[Saved data entries]
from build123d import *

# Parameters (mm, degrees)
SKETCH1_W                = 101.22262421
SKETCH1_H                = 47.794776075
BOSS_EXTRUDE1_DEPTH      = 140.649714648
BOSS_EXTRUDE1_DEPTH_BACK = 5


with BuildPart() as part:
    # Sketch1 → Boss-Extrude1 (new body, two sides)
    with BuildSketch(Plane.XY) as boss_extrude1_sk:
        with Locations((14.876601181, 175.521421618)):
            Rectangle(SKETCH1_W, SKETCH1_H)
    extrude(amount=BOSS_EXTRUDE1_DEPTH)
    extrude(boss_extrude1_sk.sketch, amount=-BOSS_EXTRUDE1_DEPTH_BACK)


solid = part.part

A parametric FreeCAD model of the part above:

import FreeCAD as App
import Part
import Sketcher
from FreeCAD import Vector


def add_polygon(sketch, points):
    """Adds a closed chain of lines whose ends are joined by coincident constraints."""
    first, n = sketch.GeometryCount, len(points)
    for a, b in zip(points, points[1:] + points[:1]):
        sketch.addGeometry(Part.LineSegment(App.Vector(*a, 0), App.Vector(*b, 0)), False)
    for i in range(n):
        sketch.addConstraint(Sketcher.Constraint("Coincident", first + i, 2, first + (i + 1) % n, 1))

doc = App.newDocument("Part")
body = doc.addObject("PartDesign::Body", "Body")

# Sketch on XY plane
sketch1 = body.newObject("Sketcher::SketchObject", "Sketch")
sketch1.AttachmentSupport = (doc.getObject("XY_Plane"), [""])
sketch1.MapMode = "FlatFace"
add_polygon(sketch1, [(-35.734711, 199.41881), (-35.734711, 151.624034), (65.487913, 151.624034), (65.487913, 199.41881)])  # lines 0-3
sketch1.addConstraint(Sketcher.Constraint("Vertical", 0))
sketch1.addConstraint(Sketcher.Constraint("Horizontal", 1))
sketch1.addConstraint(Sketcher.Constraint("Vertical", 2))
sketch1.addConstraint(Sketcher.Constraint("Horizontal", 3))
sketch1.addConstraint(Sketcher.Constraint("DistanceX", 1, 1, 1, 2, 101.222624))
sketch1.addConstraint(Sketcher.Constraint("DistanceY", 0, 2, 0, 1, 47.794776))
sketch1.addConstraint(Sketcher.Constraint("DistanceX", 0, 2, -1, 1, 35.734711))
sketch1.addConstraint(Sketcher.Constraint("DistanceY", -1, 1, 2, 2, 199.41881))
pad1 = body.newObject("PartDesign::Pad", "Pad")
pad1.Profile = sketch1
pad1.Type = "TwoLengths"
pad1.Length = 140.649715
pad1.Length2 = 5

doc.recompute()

Your instructions:
Report each line in the entries where the string "amount" occurs.

Completed exercise:
    extrude(amount=BOSS_EXTRUDE1_DEPTH)
    extrude(boss_extrude1_sk.sketch, amount=-BOSS_EXTRUDE1_DEPTH_BACK)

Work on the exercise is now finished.